Dr. Sandi: Absolutely. Yeah. And our new models of care work for some of those acute care cut and dried. If you think you broke your toe and you go to an urgent care, that’s great. It’s specific. You get your diagnosis. You treat me. You know what to do. It could be a bot who is telling you that. You don’t need that interaction. But when you have type 2 diabetes, when you have an autoimmune condition, that is where you need that support. And the health coaches are so good at providing that on that care team. And they relieve the stress of the doctors as well.

Casey: Oh, my gosh, they do. They do. When I mentioned that longitudinal relationship, what that helps solve for is it’s an unfortunate situation, but many times people with chronic health conditions, they come in and a lot of assumptions are made about them, “Oh, they haven’t tried cutting carbs. Oh, they haven’t tried drinking more water. Oh, they haven’t tried this.” And so they end up getting lectured. They end up getting lectured for most of the visit. They sit there and nod their head, and they’re thinking, “Oh, I know this.” And when there’s that longitudinal relationship there who knows you, who’s learned about what you’ve already tried and what you haven’t and where you want to go, that’s so much more fulfilling, and the outcomes are always better, right, because what happens in the former situation is, when people come in and get lectured, and assumptions are made about them, they don’t leave feeling motivated. They don’t leave feeling positive about that experience or what lies ahead of them. They feel opposite. They feel uncared for, and that’s never what we want.

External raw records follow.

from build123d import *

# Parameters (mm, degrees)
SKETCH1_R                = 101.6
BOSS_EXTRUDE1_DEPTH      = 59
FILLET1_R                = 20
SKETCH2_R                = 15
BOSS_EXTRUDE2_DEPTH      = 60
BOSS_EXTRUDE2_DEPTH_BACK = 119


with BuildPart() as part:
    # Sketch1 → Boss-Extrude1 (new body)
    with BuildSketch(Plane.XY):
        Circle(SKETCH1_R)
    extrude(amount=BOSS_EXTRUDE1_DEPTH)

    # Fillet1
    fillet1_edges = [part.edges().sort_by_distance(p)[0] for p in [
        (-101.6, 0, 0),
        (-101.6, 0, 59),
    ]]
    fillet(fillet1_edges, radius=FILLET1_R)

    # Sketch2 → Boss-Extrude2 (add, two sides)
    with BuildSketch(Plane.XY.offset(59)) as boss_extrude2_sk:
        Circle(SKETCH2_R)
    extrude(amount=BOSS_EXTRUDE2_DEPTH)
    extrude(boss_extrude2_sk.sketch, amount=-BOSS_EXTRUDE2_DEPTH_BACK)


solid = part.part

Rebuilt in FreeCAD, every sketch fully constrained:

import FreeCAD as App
import Part
import Sketcher
from FreeCAD import Vector


def edges_at(feature, points):
    """Names of the edges that pass closest to the given points."""
    edges = feature.Shape.Edges
    near = lambda p: min(range(len(edges)), key=lambda i: edges[i].distToShape(Part.Vertex(*p))[0])
    return sorted({f"Edge{near(p) + 1}" for p in points})

doc = App.newDocument("Part")
params = doc.addObject("Spreadsheet::Sheet", "Params")
for row, (alias, value) in enumerate([
    ("sketch1_diameter", "203.2 mm"),
    ("pad1_length", "59 mm"),
    ("fillet_radius", "20 mm"),
    ("sketch2_diameter", "30 mm"),
    ("pad2_length", "60 mm"),
    ("pad2_length2", "119 mm"),
], start=1):
    params.set(f"A{row}", alias)
    params.set(f"B{row}", "=" + value)
    params.setAlias(f"B{row}", alias)

body = doc.addObject("PartDesign::Body", "Body")

sketch1 = body.newObject("Sketcher::SketchObject", "Sketch")
sketch1.AttachmentSupport = (doc.getObject("XY_Plane"), [""])
sketch1.MapMode = "FlatFace"
sketch1.addGeometry(Part.Circle(Vector(0, 0, 0), Vector(0, 0, 1), 102), False)
sketch1.addConstraint([
    Sketcher.Constraint("Coincident", 0, 3, -1, 1),
    Sketcher.Constraint("Diameter", 0, 203.2),
])
sketch1.setExpression("Constraints[1]", "Params.sketch1_diameter")
pad1 = body.newObject("PartDesign::Pad", "Pad")
pad1.Profile = sketch1
pad1.setExpression("Length", "Params.pad1_length")
doc.recompute()

fillet = body.newObject("PartDesign::Fillet", "Fillet")
fillet.Base = (pad1, edges_at(pad1, [(-101.6, 0, 0), (-101.6, 0, 59)]))
fillet.setExpression("Radius", "Params.fillet_radius")

sketch2 = body.newObject("Sketcher::SketchObject", "Sketch001")
sketch2.AttachmentSupport = (doc.getObject("XY_Plane"), [""])
sketch2.MapMode = "FlatFace"
sketch2.AttachmentOffset = App.Placement(Vector(0, 0, 59), App.Rotation())
sketch2.addGeometry(Part.Circle(Vector(0, 0, 0), Vector(0, 0, 1), 15), False)
sketch2.addConstraint([
    Sketcher.Constraint("Coincident", 0, 3, -1, 1),
    Sketcher.Constraint("Diameter", 0, 30.0),
])
sketch2.setExpression("Constraints[1]", "Params.sketch2_diameter")
pad2 = body.newObject("PartDesign::Pad", "Pad001")
pad2.Profile = sketch2
pad2.Type = "TwoLengths"
pad2.setExpression("Length", "Params.pad2_length")
pad2.setExpression("Length2", "Params.pad2_length2")

doc.recompute()
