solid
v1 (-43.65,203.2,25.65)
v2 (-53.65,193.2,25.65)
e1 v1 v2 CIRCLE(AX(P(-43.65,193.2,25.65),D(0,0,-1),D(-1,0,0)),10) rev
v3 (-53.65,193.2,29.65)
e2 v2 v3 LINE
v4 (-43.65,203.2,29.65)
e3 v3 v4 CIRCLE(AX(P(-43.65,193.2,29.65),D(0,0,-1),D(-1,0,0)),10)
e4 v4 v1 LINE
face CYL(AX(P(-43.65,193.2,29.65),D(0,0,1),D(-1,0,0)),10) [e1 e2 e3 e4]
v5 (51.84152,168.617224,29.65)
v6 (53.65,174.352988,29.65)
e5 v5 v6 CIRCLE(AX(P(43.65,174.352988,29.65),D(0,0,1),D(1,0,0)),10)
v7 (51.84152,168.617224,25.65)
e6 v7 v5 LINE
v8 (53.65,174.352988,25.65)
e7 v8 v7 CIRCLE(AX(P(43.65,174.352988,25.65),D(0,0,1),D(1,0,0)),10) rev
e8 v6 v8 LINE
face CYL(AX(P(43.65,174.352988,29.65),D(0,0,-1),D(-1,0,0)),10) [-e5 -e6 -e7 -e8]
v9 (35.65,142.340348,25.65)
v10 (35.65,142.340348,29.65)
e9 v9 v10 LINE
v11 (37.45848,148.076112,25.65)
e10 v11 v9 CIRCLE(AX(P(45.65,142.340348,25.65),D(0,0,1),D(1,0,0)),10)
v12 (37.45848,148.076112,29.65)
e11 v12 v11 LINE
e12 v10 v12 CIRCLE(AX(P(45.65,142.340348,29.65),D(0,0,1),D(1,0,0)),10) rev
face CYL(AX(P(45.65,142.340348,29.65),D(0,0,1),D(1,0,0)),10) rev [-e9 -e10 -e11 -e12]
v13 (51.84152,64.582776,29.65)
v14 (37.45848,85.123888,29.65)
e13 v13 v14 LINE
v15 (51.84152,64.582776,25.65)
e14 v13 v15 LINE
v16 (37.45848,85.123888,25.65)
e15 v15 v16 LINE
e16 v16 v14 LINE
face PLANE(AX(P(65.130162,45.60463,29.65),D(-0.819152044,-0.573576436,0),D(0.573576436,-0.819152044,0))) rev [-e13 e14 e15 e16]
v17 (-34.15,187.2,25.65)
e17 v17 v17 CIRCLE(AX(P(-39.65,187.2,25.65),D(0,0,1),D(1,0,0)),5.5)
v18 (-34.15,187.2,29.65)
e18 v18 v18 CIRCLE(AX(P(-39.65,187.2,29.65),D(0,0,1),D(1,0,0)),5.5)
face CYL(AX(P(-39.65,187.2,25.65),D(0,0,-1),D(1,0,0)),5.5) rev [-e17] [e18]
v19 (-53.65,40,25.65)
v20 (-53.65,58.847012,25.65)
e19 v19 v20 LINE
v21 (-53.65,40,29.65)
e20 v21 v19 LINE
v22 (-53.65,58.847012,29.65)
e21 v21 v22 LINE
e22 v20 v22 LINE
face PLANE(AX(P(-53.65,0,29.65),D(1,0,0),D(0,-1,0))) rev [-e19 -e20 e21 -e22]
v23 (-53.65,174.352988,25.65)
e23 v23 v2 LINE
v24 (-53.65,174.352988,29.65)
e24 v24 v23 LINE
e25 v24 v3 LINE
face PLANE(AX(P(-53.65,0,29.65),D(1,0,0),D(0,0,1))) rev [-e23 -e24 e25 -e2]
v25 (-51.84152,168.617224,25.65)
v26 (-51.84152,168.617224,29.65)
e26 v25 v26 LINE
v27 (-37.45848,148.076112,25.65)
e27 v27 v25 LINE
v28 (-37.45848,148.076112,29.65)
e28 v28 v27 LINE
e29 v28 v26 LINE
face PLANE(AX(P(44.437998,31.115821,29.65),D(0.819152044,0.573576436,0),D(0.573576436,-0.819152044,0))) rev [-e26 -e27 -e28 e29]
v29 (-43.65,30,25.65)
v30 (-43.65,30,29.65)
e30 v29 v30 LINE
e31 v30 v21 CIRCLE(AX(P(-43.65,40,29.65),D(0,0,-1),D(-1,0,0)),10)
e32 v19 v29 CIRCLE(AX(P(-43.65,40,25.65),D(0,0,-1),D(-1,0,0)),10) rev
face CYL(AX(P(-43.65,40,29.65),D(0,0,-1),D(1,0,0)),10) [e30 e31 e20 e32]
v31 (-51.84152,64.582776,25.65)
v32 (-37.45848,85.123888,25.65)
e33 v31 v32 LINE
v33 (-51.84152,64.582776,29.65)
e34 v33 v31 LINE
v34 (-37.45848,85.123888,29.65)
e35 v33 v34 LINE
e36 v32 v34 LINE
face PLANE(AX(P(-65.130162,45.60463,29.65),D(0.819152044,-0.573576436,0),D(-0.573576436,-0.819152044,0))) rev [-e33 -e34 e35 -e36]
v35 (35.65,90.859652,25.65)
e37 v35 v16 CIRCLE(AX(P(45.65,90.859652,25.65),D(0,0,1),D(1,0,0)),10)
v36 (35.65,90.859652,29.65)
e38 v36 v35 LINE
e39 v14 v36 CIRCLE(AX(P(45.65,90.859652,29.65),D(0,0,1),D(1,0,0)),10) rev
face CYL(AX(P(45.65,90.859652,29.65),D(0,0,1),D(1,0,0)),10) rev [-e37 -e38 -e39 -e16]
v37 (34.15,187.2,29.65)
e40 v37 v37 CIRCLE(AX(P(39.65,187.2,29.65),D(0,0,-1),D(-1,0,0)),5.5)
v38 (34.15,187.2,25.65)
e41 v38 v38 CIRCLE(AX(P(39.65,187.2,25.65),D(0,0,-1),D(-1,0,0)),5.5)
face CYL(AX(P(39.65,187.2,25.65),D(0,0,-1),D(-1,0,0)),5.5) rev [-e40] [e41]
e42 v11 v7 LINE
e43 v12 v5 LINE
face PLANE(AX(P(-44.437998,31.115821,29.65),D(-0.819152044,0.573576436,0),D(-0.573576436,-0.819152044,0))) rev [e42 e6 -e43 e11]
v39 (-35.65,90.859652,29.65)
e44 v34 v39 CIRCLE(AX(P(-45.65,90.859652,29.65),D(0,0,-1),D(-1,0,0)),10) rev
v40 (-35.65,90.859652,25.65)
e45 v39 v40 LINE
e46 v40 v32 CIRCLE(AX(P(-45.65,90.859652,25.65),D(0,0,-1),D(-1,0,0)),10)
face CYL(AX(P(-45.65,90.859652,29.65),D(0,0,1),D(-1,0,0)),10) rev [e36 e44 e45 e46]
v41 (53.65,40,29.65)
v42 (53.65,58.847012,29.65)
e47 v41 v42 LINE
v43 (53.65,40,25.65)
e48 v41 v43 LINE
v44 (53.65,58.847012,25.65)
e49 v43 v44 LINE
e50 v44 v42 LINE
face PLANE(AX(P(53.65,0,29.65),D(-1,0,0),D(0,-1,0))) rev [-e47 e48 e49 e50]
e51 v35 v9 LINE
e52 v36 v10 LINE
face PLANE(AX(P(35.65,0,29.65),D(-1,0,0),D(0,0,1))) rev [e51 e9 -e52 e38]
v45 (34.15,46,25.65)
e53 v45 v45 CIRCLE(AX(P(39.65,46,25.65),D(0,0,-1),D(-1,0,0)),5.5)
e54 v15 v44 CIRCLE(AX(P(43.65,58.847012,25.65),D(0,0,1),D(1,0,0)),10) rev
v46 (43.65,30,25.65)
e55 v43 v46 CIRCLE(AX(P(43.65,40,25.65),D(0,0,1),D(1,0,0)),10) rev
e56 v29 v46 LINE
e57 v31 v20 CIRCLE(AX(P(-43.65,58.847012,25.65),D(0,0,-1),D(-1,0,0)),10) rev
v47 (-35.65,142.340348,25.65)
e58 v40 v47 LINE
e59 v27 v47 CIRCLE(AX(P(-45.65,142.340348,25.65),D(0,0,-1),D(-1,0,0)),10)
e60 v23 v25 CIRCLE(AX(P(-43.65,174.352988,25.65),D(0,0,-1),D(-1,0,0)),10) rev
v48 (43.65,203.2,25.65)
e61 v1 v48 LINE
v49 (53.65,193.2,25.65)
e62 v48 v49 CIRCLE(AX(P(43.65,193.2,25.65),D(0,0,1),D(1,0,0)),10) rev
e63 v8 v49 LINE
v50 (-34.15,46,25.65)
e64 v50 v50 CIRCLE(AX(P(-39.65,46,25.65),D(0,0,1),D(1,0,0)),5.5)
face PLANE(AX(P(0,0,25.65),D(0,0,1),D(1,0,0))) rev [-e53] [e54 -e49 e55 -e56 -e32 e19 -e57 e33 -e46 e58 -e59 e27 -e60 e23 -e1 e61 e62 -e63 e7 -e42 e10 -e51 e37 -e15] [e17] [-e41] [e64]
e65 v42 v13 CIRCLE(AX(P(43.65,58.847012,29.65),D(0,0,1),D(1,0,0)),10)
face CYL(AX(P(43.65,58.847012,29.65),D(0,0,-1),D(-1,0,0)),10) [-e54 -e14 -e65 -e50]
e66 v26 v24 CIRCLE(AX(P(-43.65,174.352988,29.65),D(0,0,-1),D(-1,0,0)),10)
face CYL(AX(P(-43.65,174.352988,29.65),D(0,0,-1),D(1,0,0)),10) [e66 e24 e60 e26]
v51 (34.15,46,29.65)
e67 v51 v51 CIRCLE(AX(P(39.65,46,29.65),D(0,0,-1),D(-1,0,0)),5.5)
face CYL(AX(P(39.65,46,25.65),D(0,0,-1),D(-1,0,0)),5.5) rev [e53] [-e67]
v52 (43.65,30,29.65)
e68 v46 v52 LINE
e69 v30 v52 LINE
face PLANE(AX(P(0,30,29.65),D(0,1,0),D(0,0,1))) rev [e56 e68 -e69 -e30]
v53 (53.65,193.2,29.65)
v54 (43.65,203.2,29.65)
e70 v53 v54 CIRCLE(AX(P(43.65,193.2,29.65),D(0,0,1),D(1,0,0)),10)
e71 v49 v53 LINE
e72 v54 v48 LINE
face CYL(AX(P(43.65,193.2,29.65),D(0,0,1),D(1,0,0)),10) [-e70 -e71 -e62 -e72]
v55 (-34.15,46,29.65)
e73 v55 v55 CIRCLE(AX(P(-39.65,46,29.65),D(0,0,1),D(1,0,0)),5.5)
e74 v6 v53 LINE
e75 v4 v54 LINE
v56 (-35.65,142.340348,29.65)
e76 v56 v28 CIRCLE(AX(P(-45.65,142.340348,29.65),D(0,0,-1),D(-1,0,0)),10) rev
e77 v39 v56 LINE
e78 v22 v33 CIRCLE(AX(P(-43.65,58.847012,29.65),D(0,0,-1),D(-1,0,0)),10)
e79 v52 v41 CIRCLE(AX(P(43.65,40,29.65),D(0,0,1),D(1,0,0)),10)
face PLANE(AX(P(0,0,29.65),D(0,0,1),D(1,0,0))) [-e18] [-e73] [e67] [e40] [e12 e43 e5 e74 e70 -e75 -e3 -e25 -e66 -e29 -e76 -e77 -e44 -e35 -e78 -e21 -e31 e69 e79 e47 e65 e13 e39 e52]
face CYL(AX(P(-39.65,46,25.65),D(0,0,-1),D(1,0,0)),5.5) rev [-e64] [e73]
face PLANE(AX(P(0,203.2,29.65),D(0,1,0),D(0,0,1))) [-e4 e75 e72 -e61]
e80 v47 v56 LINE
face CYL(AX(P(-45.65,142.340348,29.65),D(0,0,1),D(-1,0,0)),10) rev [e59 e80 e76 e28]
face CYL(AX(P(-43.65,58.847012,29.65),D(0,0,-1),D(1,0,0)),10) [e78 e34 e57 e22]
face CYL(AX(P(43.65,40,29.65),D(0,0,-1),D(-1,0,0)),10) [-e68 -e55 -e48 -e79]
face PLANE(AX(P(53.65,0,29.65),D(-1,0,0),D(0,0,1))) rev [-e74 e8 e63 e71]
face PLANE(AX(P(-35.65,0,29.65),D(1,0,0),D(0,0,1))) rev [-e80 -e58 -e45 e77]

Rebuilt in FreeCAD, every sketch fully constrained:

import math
import FreeCAD as App
import Part
import Sketcher
Q = App.Units.Quantity


def edges_at(feature, points):
    """Names of the edges that pass closest to the given points."""
    edges = feature.Shape.Edges
    near = lambda p: min(range(len(edges)), key=lambda i: edges[i].distToShape(Part.Vertex(*p))[0])
    return sorted({f"Edge{near(p) + 1}" for p in points})

doc = App.newDocument("Part")
body = doc.addObject("PartDesign::Body", "Body")

sketch1 = doc.addObject("Sketcher::SketchObject", "Sketch")
body.addObject(sketch1)
sketch1.AttachmentSupport = (doc.XY_Plane, [""])
sketch1.MapMode = "FlatFace"
sketch1.addGeometry([
    Part.LineSegment(App.Vector(-25.65, 203.2, 0), App.Vector(-25.65, 0, 0)),
    Part.LineSegment(App.Vector(-25.65, 0, 0), App.Vector(-21.07866, 0, 0)),
    Part.LineSegment(App.Vector(-21.07866, 0, 0), App.Vector(-21.07866, 203.2, 0)),
    Part.LineSegment(App.Vector(-21.07866, 203.2, 0), App.Vector(-25.65, 203.2, 0)),
], False)
sketch1.addConstraint([
    Sketcher.Constraint("Coincident", 0, 2, 1, 1),
    Sketcher.Constraint("Coincident", 1, 2, 2, 1),
    Sketcher.Constraint("Coincident", 2, 2, 3, 1),
    Sketcher.Constraint("Coincident", 3, 2, 0, 1),
    Sketcher.Constraint("Vertical", 0),
    Sketcher.Constraint("Horizontal", 1),
    Sketcher.Constraint("Vertical", 2),
    Sketcher.Constraint("Horizontal", 3),
    Sketcher.Constraint("PointOnObject", 0, 2, -1),
    Sketcher.Constraint("DistanceY", 0, 2, 0, 1, Q("203.2 mm")),
    Sketcher.Constraint("DistanceX", 0, 2, -1, 1, Q("25.65 mm")),
    Sketcher.Constraint("DistanceX", 1, 1, 1, 2, Q("4.57134 mm")),
])
revolution = doc.addObject("PartDesign::Revolution", "Revolution")
body.addObject(revolution)
revolution.Profile = sketch1
revolution.ReferenceAxis = (sketch1, ["V_Axis"])
revolution.Angle = 360

sketch2 = doc.addObject("Sketcher::SketchObject", "Sketch001")
body.addObject(sketch2)
sketch2.AttachmentSupport = (doc.XZ_Plane, [""])
sketch2.MapMode = "FlatFace"
sketch2.AttachmentOffset = App.Placement(App.Vector(0, 0, -203.2), App.Rotation())
sketch2.addGeometry([
    Part.LineSegment(App.Vector(25.65, 0, 0), App.Vector(25.65, 25.65, 0)),
    Part.LineSegment(App.Vector(25.65, 25.65, 0), App.Vector(0, 25.65, 0)),
    Part.ArcOfCircle(Part.Circle(App.Vector(0, 0, 0), App.Vector(0, 0, 1), 25.65), math.radians(0), math.radians(90)),
    Part.ArcOfCircle(Part.Circle(App.Vector(0, 0, 0), App.Vector(0, 0, 1), 25.65), math.radians(90), math.radians(180)),
    Part.LineSegment(App.Vector(0, 25.65, 0), App.Vector(-25.65, 25.65, 0)),
    Part.LineSegment(App.Vector(-25.65, 25.65, 0), App.Vector(-25.65, 0, 0)),
], False)
sketch2.addConstraint([
    Sketcher.Constraint("Coincident", 0, 2, 1, 1),
    Sketcher.Constraint("Tangent", 1, 2, 2, 2),
    Sketcher.Constraint("Tangent", 2, 1, 0, 1),
    Sketcher.Constraint("Tangent", 3, 1, 4, 1),
    Sketcher.Constraint("Coincident", 4, 2, 5, 1),
    Sketcher.Constraint("Tangent", 5, 2, 3, 2),
    Sketcher.Constraint("Vertical", 0),
    Sketcher.Constraint("Horizontal", 1),
    Sketcher.Constraint("Horizontal", 4),
    Sketcher.Constraint("Vertical", 5),
    Sketcher.Constraint("Coincident", 2, 3, -1, 1),
    Sketcher.Constraint("Coincident", 3, 3, -1, 1),
    Sketcher.Constraint("Equal", 2, 3),
    Sketcher.Constraint("Radius", 2, Q("25.65 mm")),
])
pad1 = doc.addObject("PartDesign::Pad", "Pad")
body.addObject(pad1)
pad1.Profile = sketch2
pad1.Length = 173.2
body2 = doc.addObject("PartDesign::Body", "Body001")

sketch3 = doc.addObject("Sketcher::SketchObject", "Sketch002")
body2.addObject(sketch3)
sketch3.AttachmentSupport = (doc.getObject("XY_Plane001"), [""])
sketch3.MapMode = "FlatFace"
sketch3.AttachmentOffset = App.Placement(App.Vector(0, 0, 25.65), App.Rotation())
sketch3.addGeometry([
    Part.LineSegment(App.Vector(53.65, 203.2, 0), App.Vector(-25.65, 203.2, 0)),
    Part.LineSegment(App.Vector(-25.65, 203.2, 0), App.Vector(-25.65, 30, 0)),
    Part.LineSegment(App.Vector(-25.65, 30, 0), App.Vector(53.65, 30, 0)),
    Part.LineSegment(App.Vector(53.65, 30, 0), App.Vector(53.65, 62, 0)),
    Part.LineSegment(App.Vector(53.65, 62, 0), App.Vector(35.65, 87.706664, 0)),
    Part.LineSegment(App.Vector(35.65, 87.706664, 0), App.Vector(35.65, 145.493336, 0)),
    Part.LineSegment(App.Vector(35.65, 145.493336, 0), App.Vector(53.65, 171.2, 0)),
    Part.LineSegment(App.Vector(53.65, 171.2, 0), App.Vector(53.65, 203.2, 0)),
], False)
sketch3.addConstraint([
    Sketcher.Constraint("Coincident", 0, 2, 1, 1),
    Sketcher.Constraint("Coincident", 1, 2, 2, 1),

Dr. Sandi: No, it is not. Well, what we want is to stay connected to you. Casey, how can people find you?

Casey: Yes, yes, yes. I would love to stay connected. I love chatting with coaches, I’ll tell you that right now. So, feel free to reach out to me. Let’s grab coffee. That’s a big part of my world is just getting to know people working in the field and learning from each other. So, you can find me on LinkedIn, linkedin.com/in/caseyphughes. I recently started an Instagram. I’m Coach Casey H. on there. So, you could find me there. And then I have a website I’m slowly working on. I have two kids at home and working full-time school. It’s busy, but I mostly use LinkedIn to connect. So, I would love to chat with anybody and get to know you.

Dr. Sandi: Well, this has been an absolute delight getting to know you, and we will support your work. We’d love to have you back again to talk about your doctoral work and how that’s going or any other way that we can support you. So, thank you so much for being with us today.

Casey: Thank you so much for having me.